There will be 25 entries in our table, if I’m not mistaken. So our average linear search will be 12 probes. A binary search should be able to do it in no more than um 4? 5? Fewer, anyway.
This morning I propose to try it and find out. More for the exercise than anything else: I’m not sure we’ll ever use this. But I am here to work out.
We’ll begin by building a second lengths table in PolylinePath, the one with cumulative values.
Let’s test that. First a basic check, make that work, then add in the additional checks:
_:test("polyline path cumulative lengths", function()
local pp = PolylinePath(splitter:polyline(3))
_:expect(#pp._lengths).is(25)
end)
That works. There are 25 elements in the path. Now we want a new member, let’s call it _distances, that is the accumulation of _lengths:
_:test("polyline path cumulative lengths", function()
local pp = PolylinePath(splitter:polyline(3))
_:expect(#pp._lengths).is(25)
local total = 0
for i, length in pp._lengths do
total += length
_:expect(pp._distances[i]).is(total)
end
end)
That looks right to me. Test fails miserably, of course. We code:
function PolylinePath:init(polyline)
self._points = polyline
self._lengths, self._distances, self._length = self:_create_lengths(self._points)
end
function PolylinePath:_create_lengths(points)
local lengths = {0}
local distances = {0}
local total_length = 0
for p0, p1 in self:do_by_pairs() do
local len = p0:dist(p1)
table.insert(lengths, len)
total_length += len
table.insert(distances, total_length)
end
return lengths, distances, total_length
end
Our test passes. Now let’s test a new search. I wonder if I remember how to do a binary search. Anyway:
_:test("binary search", function()
local pp = PolylinePath(splitter:polyline(3))
local at100 = pp:at(100)
local bat100 = pp:binary_at(100)
_:expect(bat100).is(at100)
end)
I just picked a not very random value less than the length of the path, which is 344 and change. This test may be too large, by which I mean it may take too much code in one go to make it work. If that seems to be happening, we’ll try something easier.
Let’s just do it:
I’ll show you what I’ve got in a moment: it seems to have worked. But the returned vector is off by a tiny fraction. I think we have a checker for that.
This test is passing:
_:test("binary search", function()
local pp = PolylinePath(splitter:polyline(3))
local at100 = pp:at(100)
local bat100 = pp:binary_at(100)
verify_vectors(at100, bat100)
end)
verify_vectors checks to see if the vectors are approximately equal, and they are, within 0.001.

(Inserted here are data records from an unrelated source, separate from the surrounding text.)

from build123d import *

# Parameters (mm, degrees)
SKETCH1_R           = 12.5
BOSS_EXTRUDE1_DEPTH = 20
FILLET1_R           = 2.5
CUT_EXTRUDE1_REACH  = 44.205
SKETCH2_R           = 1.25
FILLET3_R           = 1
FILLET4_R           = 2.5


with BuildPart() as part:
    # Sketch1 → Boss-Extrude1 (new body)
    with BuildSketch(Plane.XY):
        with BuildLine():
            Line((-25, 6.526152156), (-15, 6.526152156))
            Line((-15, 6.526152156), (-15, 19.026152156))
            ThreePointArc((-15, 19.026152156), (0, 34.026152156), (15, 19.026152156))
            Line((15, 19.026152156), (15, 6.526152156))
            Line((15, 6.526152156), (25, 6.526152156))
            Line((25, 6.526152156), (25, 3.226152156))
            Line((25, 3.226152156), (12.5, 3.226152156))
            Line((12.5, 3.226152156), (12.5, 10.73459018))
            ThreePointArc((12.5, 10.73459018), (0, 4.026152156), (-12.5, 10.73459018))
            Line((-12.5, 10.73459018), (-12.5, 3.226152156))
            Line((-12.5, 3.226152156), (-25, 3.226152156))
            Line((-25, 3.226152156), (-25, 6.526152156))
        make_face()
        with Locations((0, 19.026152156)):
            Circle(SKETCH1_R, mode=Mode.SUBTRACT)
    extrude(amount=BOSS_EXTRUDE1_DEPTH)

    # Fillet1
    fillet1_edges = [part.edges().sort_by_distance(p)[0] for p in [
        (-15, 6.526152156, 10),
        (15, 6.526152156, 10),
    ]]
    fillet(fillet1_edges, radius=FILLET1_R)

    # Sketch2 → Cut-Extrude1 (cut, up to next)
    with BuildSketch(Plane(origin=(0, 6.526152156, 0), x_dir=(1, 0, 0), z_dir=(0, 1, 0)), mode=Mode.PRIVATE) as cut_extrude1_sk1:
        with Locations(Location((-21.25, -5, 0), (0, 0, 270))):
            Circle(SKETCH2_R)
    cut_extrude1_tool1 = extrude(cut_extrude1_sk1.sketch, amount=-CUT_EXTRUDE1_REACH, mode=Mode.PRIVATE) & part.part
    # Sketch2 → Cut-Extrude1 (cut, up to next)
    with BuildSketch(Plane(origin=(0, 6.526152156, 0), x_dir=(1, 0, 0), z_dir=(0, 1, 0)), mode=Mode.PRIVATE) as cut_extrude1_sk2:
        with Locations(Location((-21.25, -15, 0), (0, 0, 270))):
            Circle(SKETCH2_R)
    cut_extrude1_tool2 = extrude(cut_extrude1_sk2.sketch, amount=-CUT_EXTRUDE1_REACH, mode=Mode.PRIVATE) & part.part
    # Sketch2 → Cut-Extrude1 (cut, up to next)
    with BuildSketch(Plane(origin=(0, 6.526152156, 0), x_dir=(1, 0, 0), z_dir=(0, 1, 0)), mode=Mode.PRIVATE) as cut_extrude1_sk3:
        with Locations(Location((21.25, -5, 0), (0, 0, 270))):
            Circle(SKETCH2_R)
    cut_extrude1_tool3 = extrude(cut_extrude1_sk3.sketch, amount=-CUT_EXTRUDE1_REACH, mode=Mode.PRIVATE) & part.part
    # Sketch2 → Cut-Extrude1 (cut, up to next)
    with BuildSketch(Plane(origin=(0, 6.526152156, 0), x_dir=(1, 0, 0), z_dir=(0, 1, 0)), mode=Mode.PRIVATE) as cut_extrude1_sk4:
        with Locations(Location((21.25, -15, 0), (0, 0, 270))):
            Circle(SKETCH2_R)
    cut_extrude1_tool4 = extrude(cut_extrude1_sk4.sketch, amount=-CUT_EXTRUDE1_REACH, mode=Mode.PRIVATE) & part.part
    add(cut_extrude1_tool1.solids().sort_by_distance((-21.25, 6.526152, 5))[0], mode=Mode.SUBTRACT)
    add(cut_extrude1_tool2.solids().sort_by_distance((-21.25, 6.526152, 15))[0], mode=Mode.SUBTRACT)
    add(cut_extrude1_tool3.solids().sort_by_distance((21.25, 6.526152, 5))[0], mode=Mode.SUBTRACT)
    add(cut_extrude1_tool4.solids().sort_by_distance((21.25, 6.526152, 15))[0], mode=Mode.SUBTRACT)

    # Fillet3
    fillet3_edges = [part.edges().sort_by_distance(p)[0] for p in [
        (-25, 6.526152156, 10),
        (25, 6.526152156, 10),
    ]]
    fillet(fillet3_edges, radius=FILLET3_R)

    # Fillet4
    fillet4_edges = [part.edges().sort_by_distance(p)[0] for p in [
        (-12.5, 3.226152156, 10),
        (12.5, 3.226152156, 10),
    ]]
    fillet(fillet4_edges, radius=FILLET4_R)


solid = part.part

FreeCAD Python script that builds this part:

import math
import FreeCAD as App
import Part
import Sketcher

V = App.Vector
Q = App.Units.Quantity


def edges_at(feature, points):
    """Names of the edges that pass closest to the given points."""
    edges = feature.Shape.Edges
    near = lambda p: min(range(len(edges)), key=lambda i: edges[i].distToShape(Part.Vertex(*p))[0])
    return sorted({f"Edge{near(p) + 1}" for p in points})

doc = App.newDocument("Part")
body = doc.addObject("PartDesign::Body", "Body")

sketch1 = doc.addObject("Sketcher::SketchObject", "Sketch")
body.addObject(sketch1)
sketch1.AttachmentSupport = (doc.XY_Plane, [""])
sketch1.MapMode = "FlatFace"
sketch1.addGeometry(Part.LineSegment(V(-15, 6.5, 0), V(-25, 6.5, 0)), False)
sketch1.addGeometry(Part.LineSegment(V(-25, 6.5, 0), V(-25, 3.2, 0)), False)
sketch1.addGeometry(Part.LineSegment(V(-25, 3.2, 0), V(-12.5, 3.2, 0)), False)
sketch1.addGeometry(Part.LineSegment(V(-12.5, 3.2, 0), V(-12.5, 10.7, 0)), False)
sketch1.addGeometry(Part.ArcOfCircle(Part.Circle(V(0, 19, 0), V(0, 0, 1), 15), math.radians(-146), math.radians(-34)), False)
sketch1.addGeometry(Part.LineSegment(V(12.5, 10.7, 0), V(12.5, 3.2, 0)), False)
sketch1.addGeometry(Part.LineSegment(V(12.5, 3.2, 0), V(25, 3.2, 0)), False)
sketch1.addGeometry(Part.LineSegment(V(25, 3.2, 0), V(25, 6.5, 0)), False)
sketch1.addGeometry(Part.LineSegment(V(25, 6.5, 0), V(15, 6.5, 0)), False)
sketch1.addGeometry(Part.LineSegment(V(15, 6.5, 0), V(15, 19, 0)), False)
sketch1.addGeometry(Part.ArcOfCircle(Part.Circle(V(0, 19, 0), V(0, 0, 1), 15), math.radians(0), math.radians(180)), False)
sketch1.addGeometry(Part.LineSegment(V(-15, 19, 0), V(-15, 6.5, 0)), False)
sketch1.addGeometry(Part.Circle(V(0, 19, 0), V(0, 0, 1), 12.5), False)
sketch1.addConstraint(Sketcher.Constraint("Coincident", 0, 2, 1, 1))
sketch1.addConstraint(Sketcher.Constraint("Coincident", 1, 2, 2, 1))
sketch1.addConstraint(Sketcher.Constraint("Coincident", 2, 2, 3, 1))
sketch1.addConstraint(Sketcher.Constraint("Coincident", 3, 2, 4, 1))
sketch1.addConstraint(Sketcher.Constraint("Coincident", 4, 2, 5, 1))
sketch1.addConstraint(Sketcher.Constraint("Coincident", 5, 2, 6, 1))
sketch1.addConstraint(Sketcher.Constraint("Coincident", 6, 2, 7, 1))
sketch1.addConstraint(Sketcher.Constraint("Coincident", 7, 2, 8, 1))
sketch1.addConstraint(Sketcher.Constraint("Coincident", 8, 2, 9, 1))
sketch1.addConstraint(Sketcher.Constraint("Tangent", 9, 2, 10, 1))
sketch1.addConstraint(Sketcher.Constraint("Tangent", 10, 2, 11, 1))
sketch1.addConstraint(Sketcher.Constraint("Coincident", 11, 2, 0, 1))
sketch1.addConstraint(Sketcher.Constraint("Horizontal", 0))
sketch1.addConstraint(Sketcher.Constraint("Vertical", 1))
sketch1.addConstraint(Sketcher.Constraint("Horizontal", 2))
sketch1.addConstraint(Sketcher.Constraint("Vertical", 3))
sketch1.addConstraint(Sketcher.Constraint("Vertical", 5))
sketch1.addConstraint(Sketcher.Constraint("Horizontal", 6))
sketch1.addConstraint(Sketcher.Constraint("Vertical", 7))
sketch1.addConstraint(Sketcher.Constraint("Horizontal", 8))
sketch1.addConstraint(Sketcher.Constraint("Vertical", 9))
sketch1.addConstraint(Sketcher.Constraint("Vertical", 11))
sketch1.addConstraint(Sketcher.Constraint("Coincident", 10, 3, 4, 3))
sketch1.addConstraint(Sketcher.Constraint("Coincident", 12, 3, 4, 3))
sketch1.addConstraint(Sketcher.Constraint("Equal", 4, 10))
sketch1.addConstraint(Sketcher.Constraint("Symmetric", 3, 2, 4, 2, -2))
sketch1.addConstraint(Sketcher.Constraint("Symmetric", 1, 2, 6, 2, -2))
sketch1.addConstraint(Sketcher.Constraint("Horizontal", 0, 2, 7, 2))
sketch1.addConstraint(Sketcher.Constraint("Equal", 6, 9))
sketch1.addConstraint(Sketcher.Constraint("Diameter", 12, Q("25 mm")))
sketch1.addConstraint(Sketcher.Constraint("Radius", 4, Q("15 mm")))
sketch1.addConstraint(Sketcher.Constraint("DistanceX", 0, 2, 0, 1, Q("10 mm")))
sketch1.addConstraint(Sketcher.Constraint("DistanceX", 2, 1, 2, 2, Q("12.5 mm")))
sketch1.addConstraint(Sketcher.Constraint("DistanceY", 1, 2, 1, 1, Q("3.3 mm")))
sketch1.addConstraint(Sketcher.Constraint("DistanceY", -1, 1, 3, 2, Q("10.73459 mm")))
pad1 = doc.addObject("PartDesign::Pad", "Pad")
body.addObject(pad1)
pad1.Profile = sketch1
pad1.Length = 20
doc.recompute()

fillet = doc.addObject("PartDesign::Fillet", "Fillet")
body.addObject(fillet)
fillet.Base = (pad1, edges_at(pad1, [(-15, 6.526, 10), (15, 6.526, 10)]))
fillet.Radius = 2.5

sketch2 = doc.addObject("Sketcher::SketchObject", "Sketch001")
body.addObject(sketch2)
sketch2.AttachmentSupport = (doc.XZ_Plane, [""])
sketch2.MapMode = "FlatFace"
sketch2.AttachmentOffset = App.Placement(V(0, 0, -6.526152), App.Rotation())
sketch2.addGeometry(Part.Circle(V(-21.2, 5, 0), V(0, 0, 1), 1.2), False)
sketch2.addConstraint(Sketcher.Constraint("Diameter", 0, Q("2.5 mm")))
sketch2.addConstraint(Sketcher.Constraint("DistanceY", -1, 1, 0, 3, Q("5 mm")))
sketch2.addConstraint(Sketcher.Constraint("DistanceX", 0, 3, -1, 1, Q("21.25 mm")))
pocket1 = doc.addObject("PartDesign::Pocket", "Pocket")
body.addObject(pocket1)
pocket1.Profile = sketch2
pocket1.Type = "UpToFirst"
pocket1.Reversed = True

sketch3 = doc.addObject("Sketcher::SketchObject", "Sketch002")
body.addObject(sketch3)
sketch3.AttachmentSupport = (doc.XZ_Plane, [""])
sketch3.MapMode = "FlatFace"
sketch3.AttachmentOffset = App.Placement(V(0, 0, -6.526152), App.Rotation())
sketch3.addGeometry(Part.Circle(V(-21.2, 15, 0), V(0, 0, 1), 1.2), False)
sketch3.addConstraint(Sketcher.Constraint("Diameter", 0, Q("2.5 mm")))
sketch3.addConstraint(Sketcher.Constraint("DistanceY", -1, 1, 0, 3, Q("15 mm")))
sketch3.addConstraint(Sketcher.Constraint("DistanceX", 0, 3, -1, 1, Q("21.25 mm")))
pocket2 = doc.addObject("PartDesign::Pocket", "Pocket001")
body.addObject(pocket2)
pocket2.Profile = sketch3
pocket2.Type = "UpToFirst"
pocket2.Reversed = True

sketch4 = doc.addObject("Sketcher::SketchObject", "Sketch003")
body.addObject(sketch4)
sketch4.AttachmentSupport = (doc.XZ_Plane, [""])
sketch4.MapMode = "FlatFace"
sketch4.AttachmentOffset = App.Placement(V(0, 0, -6.526152), App.Rotation())
sketch4.addGeometry(Part.Circle(V(21.2, 5, 0), V(0, 0, 1), 1.2), False)
sketch4.addConstraint(Sketcher.Constraint("Diameter", 0, Q("2.5 mm")))
sketch4.addConstraint(Sketcher.Constraint("DistanceY", -1, 1, 0, 3, Q("5 mm")))
sketch4.addConstraint(Sketcher.Constraint("DistanceX", -1, 1, 0, 3, Q("21.25 mm")))
pocket3 = doc.addObject("PartDesign::Pocket", "Pocket002")
body.addObject(pocket3)
pocket3.Profile = sketch4
pocket3.Type = "UpToFirst"
pocket3.Reversed = True

sketch5 = doc.addObject("Sketcher::SketchObject", "Sketch004")
body.addObject(sketch5)
sketch5.AttachmentSupport = (doc.XZ_Plane, [""])
sketch5.MapMode = "FlatFace"
sketch5.AttachmentOffset = App.Placement(V(0, 0, -6.526152), App.Rotation())
sketch5.addGeometry(Part.Circle(V(21.2, 15, 0), V(0, 0, 1), 1.2), False)
sketch5.addConstraint(Sketcher.Constraint("Diameter", 0, Q("2.5 mm")))
sketch5.addConstraint(Sketcher.Constraint("DistanceY", -1, 1, 0, 3, Q("15 mm")))
sketch5.addConstraint(Sketcher.Constraint("DistanceX", -1, 1, 0, 3, Q("21.25 mm")))
pocket4 = doc.addObject("PartDesign::Pocket", "Pocket003")
body.addObject(pocket4)
pocket4.Profile = sketch5
pocket4.Type = "UpToFirst"
pocket4.Reversed = True
doc.recompute()

fillet2 = doc.addObject("PartDesign::Fillet", "Fillet001")
body.addObject(fillet2)
fillet2.Base = (pocket4, edges_at(pocket4, [(-25, 6.526, 10), (25, 6.526, 10)]))
fillet2.Radius = 1
doc.recompute()

fillet3 = doc.addObject("PartDesign::Fillet", "Fillet002")
body.addObject(fillet3)
fillet3.Base = (fillet2, edges_at(fillet2, [(-12.5, 3.226, 10), (12.5, 3.226, 10)]))
fillet3.Radius = 2.5

doc.recompute()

Let’s write a more comprehensive test:
_:test("lots of binary search", function()
local pp = PolylinePath(splitter:polyline(3))
local length = pp._length
for d = 1, length, 0.1 do
local at_got = pp:at(d)
local bat_got = pp:binary_at(d)
verify_vectors(bat_got, at_got)
end
end)
Well, that didn’t take long to fail: it fails on 1. I think my binary search, hacked out, isn’t so good. For one thing, we can’t allow it ever to probe at the first location in our list.
OK, I confess that I looked up how to do it and adapted what I found. Here’s what’s working:
function PolylinePath:binary_at(d)
local idx, frac = self:_binary_find_distance(d)
local p0 = self._points[idx-1]
local p1 = self._points[idx]
return p0*(1 - frac) + p1*frac
end
function PolylinePath:_binary_find_distance(d)
local ds = self._distances
local low = 1
local high = #ds
while low <= high do
mid = math.ceil((low + high) / 2)
d_low = ds[mid-1]
d_high = ds[mid]
if d_low <= d and d_high >= d then
return mid, (d-d_low)/(d_high-d_low)
end
if d_low > d then
high = mid - 1
else
low = mid + 1
end
end
error(`{d} not found`)
end
And by working, I mean that it is getting answers within 0.001 of the linear lookup for over 3000 probes into the list, more than 12,000 individual value checks.
Is it faster? Let’s find out.
_:test("time searches", function()
local pp = PolylinePath(splitter:polyline(3))
local length = pp._length
local n = 100
local t_start = os.clock()
local at
for i = 1,n do
for d = 0, length, 0.1 do
at = pp:at(d)
end
end
local t_at = os.clock()
for i = 1,n do
for d = 0, length, 0.1 do
at = pp:binary_at(d)
end
end
local t_binary = os.clock()
print(t_at-t_start, t_binary-t_at)
end)
Results are not good:
0.3033688750001602 0.3198898333357647
The binary search value is a bit slower than the linear. Let’s see if we can tighten it up, make sure it’s not doing any extra work. I try everything I can see. Most significant was that mid, d_low and d_high were not declared local. I wind up with this:
function PolylinePath:_binary_find_distance(d)
local dd = d
local ds = self._distances
local low = 1
local high = self._n
local d_low, d_high, mid
while low <= high do
mid = math.ceil((low + high) / 2)
d_low = ds[mid-1]
d_high = ds[mid]
if d_low <= dd and d_high >= dd then
return mid, (d-d_low)/(d_high-d_low)
end
if d_low > dd then
high = mid - 1
else
low = mid + 1
end
end
error(`{d} not found`)
end
My final comparison very slightly favors the binary search:
0.30307120829820633 0.2963937083259225 0.9779672242382275
With all that clever code, I save 2.3% of the cost. I think we can let this one go.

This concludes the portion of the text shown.